### What you should do
Take from the listing each line that has the string "propeller".

Start of Record set

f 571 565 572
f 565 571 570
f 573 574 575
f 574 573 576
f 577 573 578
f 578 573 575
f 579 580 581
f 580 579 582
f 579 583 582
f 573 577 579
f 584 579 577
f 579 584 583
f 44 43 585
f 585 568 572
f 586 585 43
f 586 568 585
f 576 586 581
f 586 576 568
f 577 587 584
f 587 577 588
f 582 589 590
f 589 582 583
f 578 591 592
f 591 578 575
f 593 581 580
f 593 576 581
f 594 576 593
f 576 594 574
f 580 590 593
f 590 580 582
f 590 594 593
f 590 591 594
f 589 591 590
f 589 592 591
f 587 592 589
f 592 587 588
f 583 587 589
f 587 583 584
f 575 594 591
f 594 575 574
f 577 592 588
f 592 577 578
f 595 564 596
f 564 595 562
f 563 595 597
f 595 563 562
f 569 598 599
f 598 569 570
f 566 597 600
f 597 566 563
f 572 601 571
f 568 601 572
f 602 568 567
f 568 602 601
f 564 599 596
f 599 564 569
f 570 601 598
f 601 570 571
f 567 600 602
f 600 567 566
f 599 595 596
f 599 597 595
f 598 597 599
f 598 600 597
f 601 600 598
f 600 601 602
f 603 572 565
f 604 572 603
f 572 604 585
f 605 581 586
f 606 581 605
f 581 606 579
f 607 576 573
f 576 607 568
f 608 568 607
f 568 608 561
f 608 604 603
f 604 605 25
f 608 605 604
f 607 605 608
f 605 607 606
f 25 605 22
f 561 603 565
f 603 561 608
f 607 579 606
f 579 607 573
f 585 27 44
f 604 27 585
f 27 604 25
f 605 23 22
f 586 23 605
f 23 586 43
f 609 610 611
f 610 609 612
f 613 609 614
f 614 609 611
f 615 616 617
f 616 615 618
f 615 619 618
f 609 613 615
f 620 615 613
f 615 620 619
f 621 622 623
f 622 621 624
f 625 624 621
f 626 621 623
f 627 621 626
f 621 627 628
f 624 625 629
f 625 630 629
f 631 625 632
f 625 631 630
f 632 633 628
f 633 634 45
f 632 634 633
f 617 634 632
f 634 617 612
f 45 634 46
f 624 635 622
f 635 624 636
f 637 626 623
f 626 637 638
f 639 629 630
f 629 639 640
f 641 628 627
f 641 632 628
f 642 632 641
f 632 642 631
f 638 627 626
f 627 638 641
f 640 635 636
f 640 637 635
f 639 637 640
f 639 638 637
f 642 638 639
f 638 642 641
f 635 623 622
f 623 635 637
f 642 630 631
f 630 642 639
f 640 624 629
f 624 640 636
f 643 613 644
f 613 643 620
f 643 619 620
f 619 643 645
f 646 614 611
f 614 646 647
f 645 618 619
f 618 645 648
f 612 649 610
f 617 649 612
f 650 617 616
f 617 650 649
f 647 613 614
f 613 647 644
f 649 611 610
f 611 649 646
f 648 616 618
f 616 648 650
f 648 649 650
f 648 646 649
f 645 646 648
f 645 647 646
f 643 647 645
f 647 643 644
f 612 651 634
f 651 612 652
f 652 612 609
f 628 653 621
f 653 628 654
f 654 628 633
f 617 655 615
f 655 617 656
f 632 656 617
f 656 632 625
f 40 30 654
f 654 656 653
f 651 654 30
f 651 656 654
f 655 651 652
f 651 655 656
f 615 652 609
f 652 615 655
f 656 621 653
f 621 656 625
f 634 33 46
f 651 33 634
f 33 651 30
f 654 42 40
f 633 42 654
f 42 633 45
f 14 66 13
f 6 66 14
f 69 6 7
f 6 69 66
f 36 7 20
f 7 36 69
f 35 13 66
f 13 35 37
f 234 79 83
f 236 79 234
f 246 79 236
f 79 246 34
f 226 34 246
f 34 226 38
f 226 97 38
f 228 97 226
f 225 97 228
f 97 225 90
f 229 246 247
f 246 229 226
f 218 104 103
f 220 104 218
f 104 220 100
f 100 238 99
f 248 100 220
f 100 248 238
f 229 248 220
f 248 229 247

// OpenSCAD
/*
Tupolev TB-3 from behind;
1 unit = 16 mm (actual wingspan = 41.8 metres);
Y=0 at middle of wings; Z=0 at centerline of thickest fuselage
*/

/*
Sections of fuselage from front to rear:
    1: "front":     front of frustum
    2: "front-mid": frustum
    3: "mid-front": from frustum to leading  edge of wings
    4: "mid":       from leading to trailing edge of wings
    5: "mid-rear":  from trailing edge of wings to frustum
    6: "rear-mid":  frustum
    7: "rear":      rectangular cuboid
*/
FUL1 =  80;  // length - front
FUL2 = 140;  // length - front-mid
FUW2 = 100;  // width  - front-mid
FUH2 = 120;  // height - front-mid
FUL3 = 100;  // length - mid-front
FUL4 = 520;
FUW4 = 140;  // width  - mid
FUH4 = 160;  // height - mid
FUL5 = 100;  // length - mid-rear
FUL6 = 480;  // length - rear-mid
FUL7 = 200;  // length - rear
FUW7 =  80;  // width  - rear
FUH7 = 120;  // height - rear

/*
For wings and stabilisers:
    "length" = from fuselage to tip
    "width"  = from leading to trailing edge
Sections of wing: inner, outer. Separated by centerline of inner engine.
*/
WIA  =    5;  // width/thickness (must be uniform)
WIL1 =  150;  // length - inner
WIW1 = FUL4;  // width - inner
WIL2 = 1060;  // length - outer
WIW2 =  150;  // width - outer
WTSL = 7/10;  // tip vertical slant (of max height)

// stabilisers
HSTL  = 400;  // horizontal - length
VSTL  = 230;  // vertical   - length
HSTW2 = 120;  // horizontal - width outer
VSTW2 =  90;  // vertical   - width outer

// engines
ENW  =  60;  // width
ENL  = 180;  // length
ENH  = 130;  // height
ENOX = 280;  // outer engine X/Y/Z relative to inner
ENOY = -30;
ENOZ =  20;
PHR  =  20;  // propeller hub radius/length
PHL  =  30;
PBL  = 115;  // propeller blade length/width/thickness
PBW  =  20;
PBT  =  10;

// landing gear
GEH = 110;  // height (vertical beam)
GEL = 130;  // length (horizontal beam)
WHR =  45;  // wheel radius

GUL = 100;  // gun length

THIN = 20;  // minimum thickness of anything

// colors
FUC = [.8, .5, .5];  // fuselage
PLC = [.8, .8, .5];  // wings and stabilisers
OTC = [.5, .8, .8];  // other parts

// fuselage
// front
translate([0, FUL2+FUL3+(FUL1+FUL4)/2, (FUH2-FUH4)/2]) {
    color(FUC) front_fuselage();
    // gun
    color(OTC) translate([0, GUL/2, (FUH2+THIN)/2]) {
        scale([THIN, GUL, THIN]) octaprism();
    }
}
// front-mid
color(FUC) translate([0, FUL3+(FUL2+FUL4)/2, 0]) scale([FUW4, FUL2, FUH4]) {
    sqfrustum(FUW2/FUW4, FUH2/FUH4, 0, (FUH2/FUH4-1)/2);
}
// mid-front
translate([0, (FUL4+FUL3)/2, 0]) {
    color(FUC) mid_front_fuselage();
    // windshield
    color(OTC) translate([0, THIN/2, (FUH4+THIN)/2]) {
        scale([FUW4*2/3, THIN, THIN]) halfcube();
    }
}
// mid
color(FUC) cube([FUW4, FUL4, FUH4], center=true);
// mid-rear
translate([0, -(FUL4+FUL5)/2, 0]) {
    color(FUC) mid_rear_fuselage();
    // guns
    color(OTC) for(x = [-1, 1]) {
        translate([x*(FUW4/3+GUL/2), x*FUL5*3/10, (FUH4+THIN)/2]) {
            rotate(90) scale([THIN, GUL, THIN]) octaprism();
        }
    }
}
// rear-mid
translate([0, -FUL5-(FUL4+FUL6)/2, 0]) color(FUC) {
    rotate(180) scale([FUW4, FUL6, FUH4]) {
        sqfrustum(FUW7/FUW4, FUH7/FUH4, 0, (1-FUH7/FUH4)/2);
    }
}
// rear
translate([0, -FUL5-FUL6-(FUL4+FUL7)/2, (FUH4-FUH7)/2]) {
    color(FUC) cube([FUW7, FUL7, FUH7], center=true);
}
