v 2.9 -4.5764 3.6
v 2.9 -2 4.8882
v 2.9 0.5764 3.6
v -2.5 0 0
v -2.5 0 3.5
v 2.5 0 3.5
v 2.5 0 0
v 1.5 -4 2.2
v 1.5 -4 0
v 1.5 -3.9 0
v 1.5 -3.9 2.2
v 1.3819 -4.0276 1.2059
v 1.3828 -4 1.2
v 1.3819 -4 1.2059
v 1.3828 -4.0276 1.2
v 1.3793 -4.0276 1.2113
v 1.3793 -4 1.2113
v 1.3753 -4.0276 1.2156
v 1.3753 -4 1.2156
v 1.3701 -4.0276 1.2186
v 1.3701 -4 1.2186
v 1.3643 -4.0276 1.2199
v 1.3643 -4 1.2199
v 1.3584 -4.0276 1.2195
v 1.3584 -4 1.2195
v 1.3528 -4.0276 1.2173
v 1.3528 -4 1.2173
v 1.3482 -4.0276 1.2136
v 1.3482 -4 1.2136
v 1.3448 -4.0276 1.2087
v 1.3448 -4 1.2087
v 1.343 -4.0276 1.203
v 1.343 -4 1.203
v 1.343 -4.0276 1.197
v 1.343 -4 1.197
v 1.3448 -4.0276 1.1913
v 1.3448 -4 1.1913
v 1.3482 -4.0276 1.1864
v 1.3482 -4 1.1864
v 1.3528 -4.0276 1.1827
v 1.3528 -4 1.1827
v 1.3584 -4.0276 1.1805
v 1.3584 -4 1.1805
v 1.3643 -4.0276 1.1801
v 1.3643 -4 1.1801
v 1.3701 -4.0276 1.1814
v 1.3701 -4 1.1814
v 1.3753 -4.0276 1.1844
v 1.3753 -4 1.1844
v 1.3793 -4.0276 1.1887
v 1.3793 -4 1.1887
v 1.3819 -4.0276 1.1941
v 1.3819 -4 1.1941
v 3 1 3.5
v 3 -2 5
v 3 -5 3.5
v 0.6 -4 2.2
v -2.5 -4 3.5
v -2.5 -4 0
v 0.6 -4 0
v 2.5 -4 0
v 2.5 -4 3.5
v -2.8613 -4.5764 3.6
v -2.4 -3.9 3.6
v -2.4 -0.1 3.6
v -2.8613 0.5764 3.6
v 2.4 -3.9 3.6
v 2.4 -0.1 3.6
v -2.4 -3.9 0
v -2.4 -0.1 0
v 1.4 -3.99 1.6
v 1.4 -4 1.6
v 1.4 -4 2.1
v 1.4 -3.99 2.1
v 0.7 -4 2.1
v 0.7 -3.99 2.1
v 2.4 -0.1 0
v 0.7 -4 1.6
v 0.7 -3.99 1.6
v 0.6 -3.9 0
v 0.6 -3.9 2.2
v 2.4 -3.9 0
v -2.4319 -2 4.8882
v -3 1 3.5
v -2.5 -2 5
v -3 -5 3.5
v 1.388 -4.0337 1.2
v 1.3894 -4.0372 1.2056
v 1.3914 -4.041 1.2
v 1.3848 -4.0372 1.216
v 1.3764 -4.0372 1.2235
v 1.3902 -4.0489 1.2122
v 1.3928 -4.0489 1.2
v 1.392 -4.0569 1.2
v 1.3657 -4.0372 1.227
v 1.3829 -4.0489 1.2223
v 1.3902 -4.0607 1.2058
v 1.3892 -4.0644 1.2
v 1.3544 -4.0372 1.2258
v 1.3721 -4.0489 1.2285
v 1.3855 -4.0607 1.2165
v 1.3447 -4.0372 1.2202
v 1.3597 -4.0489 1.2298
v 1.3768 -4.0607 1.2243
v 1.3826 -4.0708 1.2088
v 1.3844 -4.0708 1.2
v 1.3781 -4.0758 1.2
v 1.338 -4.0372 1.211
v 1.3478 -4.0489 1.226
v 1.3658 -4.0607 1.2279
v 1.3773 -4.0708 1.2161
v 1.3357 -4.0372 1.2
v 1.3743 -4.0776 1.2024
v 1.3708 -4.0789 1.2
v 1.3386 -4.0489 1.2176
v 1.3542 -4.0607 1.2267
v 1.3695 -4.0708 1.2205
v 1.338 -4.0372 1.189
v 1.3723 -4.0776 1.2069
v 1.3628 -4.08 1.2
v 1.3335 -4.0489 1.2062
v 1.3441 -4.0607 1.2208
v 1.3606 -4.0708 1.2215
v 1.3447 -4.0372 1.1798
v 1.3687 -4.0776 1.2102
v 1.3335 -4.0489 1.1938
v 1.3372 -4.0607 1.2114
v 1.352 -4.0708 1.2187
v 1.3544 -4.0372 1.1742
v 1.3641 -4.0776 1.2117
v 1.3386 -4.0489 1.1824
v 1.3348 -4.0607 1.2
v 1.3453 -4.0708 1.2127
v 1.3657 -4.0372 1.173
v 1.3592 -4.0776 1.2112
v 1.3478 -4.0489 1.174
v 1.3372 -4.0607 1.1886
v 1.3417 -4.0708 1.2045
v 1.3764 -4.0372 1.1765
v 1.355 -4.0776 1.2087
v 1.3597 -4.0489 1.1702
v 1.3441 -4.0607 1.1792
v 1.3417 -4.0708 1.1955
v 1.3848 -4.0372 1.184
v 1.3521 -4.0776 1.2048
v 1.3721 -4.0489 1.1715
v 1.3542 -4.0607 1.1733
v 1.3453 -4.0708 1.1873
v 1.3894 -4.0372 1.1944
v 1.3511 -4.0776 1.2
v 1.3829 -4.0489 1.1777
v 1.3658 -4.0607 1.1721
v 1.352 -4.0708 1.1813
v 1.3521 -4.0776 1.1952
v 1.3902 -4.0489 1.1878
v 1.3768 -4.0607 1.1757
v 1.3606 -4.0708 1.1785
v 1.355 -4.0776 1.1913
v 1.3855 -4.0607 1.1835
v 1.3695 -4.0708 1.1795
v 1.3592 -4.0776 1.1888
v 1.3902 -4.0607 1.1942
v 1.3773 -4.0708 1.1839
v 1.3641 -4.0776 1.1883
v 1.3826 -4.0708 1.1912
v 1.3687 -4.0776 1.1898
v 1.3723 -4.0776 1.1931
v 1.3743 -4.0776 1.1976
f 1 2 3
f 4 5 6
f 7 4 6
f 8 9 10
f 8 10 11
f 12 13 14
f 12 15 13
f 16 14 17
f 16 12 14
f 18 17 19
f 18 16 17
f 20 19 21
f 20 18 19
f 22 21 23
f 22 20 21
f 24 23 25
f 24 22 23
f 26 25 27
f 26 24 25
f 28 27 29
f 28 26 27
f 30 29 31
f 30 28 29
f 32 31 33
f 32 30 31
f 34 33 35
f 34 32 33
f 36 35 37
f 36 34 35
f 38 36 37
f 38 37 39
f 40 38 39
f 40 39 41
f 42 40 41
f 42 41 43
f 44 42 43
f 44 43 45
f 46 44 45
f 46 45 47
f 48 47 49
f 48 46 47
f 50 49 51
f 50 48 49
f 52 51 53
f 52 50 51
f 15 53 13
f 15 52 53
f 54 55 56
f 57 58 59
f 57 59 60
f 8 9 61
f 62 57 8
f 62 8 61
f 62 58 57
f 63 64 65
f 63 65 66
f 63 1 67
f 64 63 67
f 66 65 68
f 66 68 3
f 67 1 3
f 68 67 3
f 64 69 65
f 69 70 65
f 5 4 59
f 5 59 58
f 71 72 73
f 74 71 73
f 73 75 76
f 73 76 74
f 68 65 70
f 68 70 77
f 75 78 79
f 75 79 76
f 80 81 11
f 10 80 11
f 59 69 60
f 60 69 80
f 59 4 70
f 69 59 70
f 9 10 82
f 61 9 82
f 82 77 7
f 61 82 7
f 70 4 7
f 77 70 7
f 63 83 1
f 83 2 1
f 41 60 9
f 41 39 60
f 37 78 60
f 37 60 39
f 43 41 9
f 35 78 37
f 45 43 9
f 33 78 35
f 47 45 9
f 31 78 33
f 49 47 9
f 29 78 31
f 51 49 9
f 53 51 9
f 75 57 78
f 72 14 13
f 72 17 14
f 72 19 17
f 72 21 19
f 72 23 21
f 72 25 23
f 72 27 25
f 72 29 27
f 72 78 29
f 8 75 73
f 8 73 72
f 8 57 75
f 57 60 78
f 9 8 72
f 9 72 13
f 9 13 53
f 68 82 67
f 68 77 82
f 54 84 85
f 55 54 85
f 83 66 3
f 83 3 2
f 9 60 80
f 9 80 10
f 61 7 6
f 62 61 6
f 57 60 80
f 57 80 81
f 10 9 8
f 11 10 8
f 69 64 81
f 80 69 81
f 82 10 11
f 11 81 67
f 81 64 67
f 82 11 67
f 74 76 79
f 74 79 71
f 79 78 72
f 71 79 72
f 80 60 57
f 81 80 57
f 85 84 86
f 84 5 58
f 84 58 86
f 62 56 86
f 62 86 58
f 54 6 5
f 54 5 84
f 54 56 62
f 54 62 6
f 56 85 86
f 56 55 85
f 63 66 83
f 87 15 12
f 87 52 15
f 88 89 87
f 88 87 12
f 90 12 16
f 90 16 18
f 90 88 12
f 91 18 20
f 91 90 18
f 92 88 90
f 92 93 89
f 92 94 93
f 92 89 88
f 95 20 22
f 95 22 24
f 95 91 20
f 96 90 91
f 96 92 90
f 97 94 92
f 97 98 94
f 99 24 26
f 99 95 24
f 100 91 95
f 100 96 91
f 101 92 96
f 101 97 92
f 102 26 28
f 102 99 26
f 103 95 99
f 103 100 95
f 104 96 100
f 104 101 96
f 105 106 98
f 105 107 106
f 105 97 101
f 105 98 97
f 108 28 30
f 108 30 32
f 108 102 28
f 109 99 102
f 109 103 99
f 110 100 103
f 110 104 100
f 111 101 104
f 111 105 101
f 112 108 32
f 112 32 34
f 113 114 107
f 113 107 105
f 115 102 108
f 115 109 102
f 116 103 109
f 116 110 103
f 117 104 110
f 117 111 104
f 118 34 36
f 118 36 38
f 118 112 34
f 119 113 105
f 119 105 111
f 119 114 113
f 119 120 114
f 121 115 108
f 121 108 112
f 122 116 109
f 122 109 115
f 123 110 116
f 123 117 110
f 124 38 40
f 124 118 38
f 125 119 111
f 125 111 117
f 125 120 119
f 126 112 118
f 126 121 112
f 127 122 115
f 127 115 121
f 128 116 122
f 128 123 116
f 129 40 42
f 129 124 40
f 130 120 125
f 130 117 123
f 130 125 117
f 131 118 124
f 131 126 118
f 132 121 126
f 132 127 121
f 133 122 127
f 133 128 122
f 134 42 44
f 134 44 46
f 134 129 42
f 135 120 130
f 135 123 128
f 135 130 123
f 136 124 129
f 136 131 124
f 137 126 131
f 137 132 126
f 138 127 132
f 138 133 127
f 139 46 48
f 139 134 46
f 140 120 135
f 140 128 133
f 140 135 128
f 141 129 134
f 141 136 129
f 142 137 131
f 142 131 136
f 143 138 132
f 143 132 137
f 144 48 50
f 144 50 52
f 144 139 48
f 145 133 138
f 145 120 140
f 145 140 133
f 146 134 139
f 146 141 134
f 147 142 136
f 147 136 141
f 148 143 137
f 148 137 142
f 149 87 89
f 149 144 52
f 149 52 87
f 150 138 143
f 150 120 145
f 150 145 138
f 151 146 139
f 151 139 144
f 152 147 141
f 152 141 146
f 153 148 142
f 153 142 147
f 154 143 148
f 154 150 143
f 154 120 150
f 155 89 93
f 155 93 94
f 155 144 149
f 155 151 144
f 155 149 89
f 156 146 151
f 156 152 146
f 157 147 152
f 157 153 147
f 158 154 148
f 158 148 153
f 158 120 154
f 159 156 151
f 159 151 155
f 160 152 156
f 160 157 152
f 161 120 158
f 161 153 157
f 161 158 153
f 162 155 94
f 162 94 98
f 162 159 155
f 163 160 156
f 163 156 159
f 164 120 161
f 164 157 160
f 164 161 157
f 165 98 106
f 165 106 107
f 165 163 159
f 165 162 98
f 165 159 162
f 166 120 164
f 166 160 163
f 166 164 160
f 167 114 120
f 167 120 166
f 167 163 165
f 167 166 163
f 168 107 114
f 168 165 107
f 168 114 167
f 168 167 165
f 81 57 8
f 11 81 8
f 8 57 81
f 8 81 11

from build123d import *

# Parameters (mm, degrees)
F0_W          = 5
F0_H          = 3.5
F1_DEPTH      = 4
F4_DEPTH      = 0.5
F4_DEPTH_BACK = 5.5
F6_DEPTH      = 25
F6_DEPTH_BACK = 25
F7_T          = -0.1
F2_W          = 0.9
F2_H          = 2.2
F8_DEPTH      = 0.1
F9_W          = 0.9
F9_H          = 2.2
F10_DEPTH     = 0.1
F11_W         = 0.7
F11_H         = 0.5
F12_DEPTH     = 0.01


with BuildPart() as f1:
    # F0 (on Front) → F1 (new body)
    with BuildSketch(Plane.XZ):
        with Locations((0, 1.75)):
            Rectangle(F0_W, F0_H)
    extrude(amount=F1_DEPTH)

    # F3 (on face) → F4 (join, two sides)
    with BuildSketch(Plane.YZ.offset(2.5)) as f4_sk:
        Polygon((-2, 5), (-5, 3.5), (-4, 3.5), (0, 3.5), (1, 3.5), align=None)
    extrude(amount=F4_DEPTH)
    extrude(f4_sk.sketch, amount=-F4_DEPTH_BACK)

    # F5 (on face) → F6 (cut, two sides)
    with BuildSketch(Plane.XZ.offset(4)) as f6_sk:
        Polygon((-3, 5), (-3, 3.5), (-2.5, 5), align=None)
    extrude(amount=-F6_DEPTH, mode=Mode.SUBTRACT)
    extrude(f6_sk.sketch, amount=F6_DEPTH_BACK, mode=Mode.SUBTRACT)

    # F7
    f7_openings = [f1.faces().sort_by_distance(p)[0] for p in [
        (0, -2, 0),
    ]]
    offset(amount=F7_T, openings=f7_openings, kind=Kind.INTERSECTION)

    # F2 (on face) → F8 (cut, through all)
    with BuildSketch(Plane.XZ.offset(4)):
        with Locations((1.05, 1.1)):
            Rectangle(F2_W, F2_H)
    extrude(amount=-F8_DEPTH, mode=Mode.SUBTRACT)


with BuildPart() as f10:
    # F9 (on face) → F10 (new body)
    with BuildSketch(Plane.XZ.offset(4)):
        with Locations((1.05, 1.1)):
            Rectangle(F9_W, F9_H)
    extrude(amount=-F10_DEPTH)

    # F11 (on face) → F12 (cut)
    with BuildSketch(Plane.XZ.offset(4)):
        with Locations((1.05, 1.85)):
            Rectangle(F11_W, F11_H)
    extrude(amount=-F12_DEPTH, mode=Mode.SUBTRACT)

    # F14 (on offset) → F15 (revolve)
    with BuildSketch(Plane(origin=(0, 0, 1.2), x_dir=(1, 0, 0), z_dir=(0, 0, -1))):
        with BuildLine():
            Line((1.3828235336, 4), (1.3828235336, 4.0276393202))
            ThreePointArc((1.3828235336, 4.0276393202), (1.3908487044, 4.0607046627), (1.3628235336, 4.08))
            Line((1.3628235336, 4.08), (1.3628235336, 4.02))
            Line((1.3628235336, 4.02), (1.3628235336, 4))
            Line((1.3628235336, 4), (1.3828235336, 4))
        make_face()
    revolve(axis=Axis((1.3628235336, -4.05, 1.2), (0, -1, 0)))


solid = Compound([f1.part, f10.part])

End of Record set

### Response area
PHR  =  20;  // propeller hub radius/length
PBL  = 115;  // propeller blade length/width/thickness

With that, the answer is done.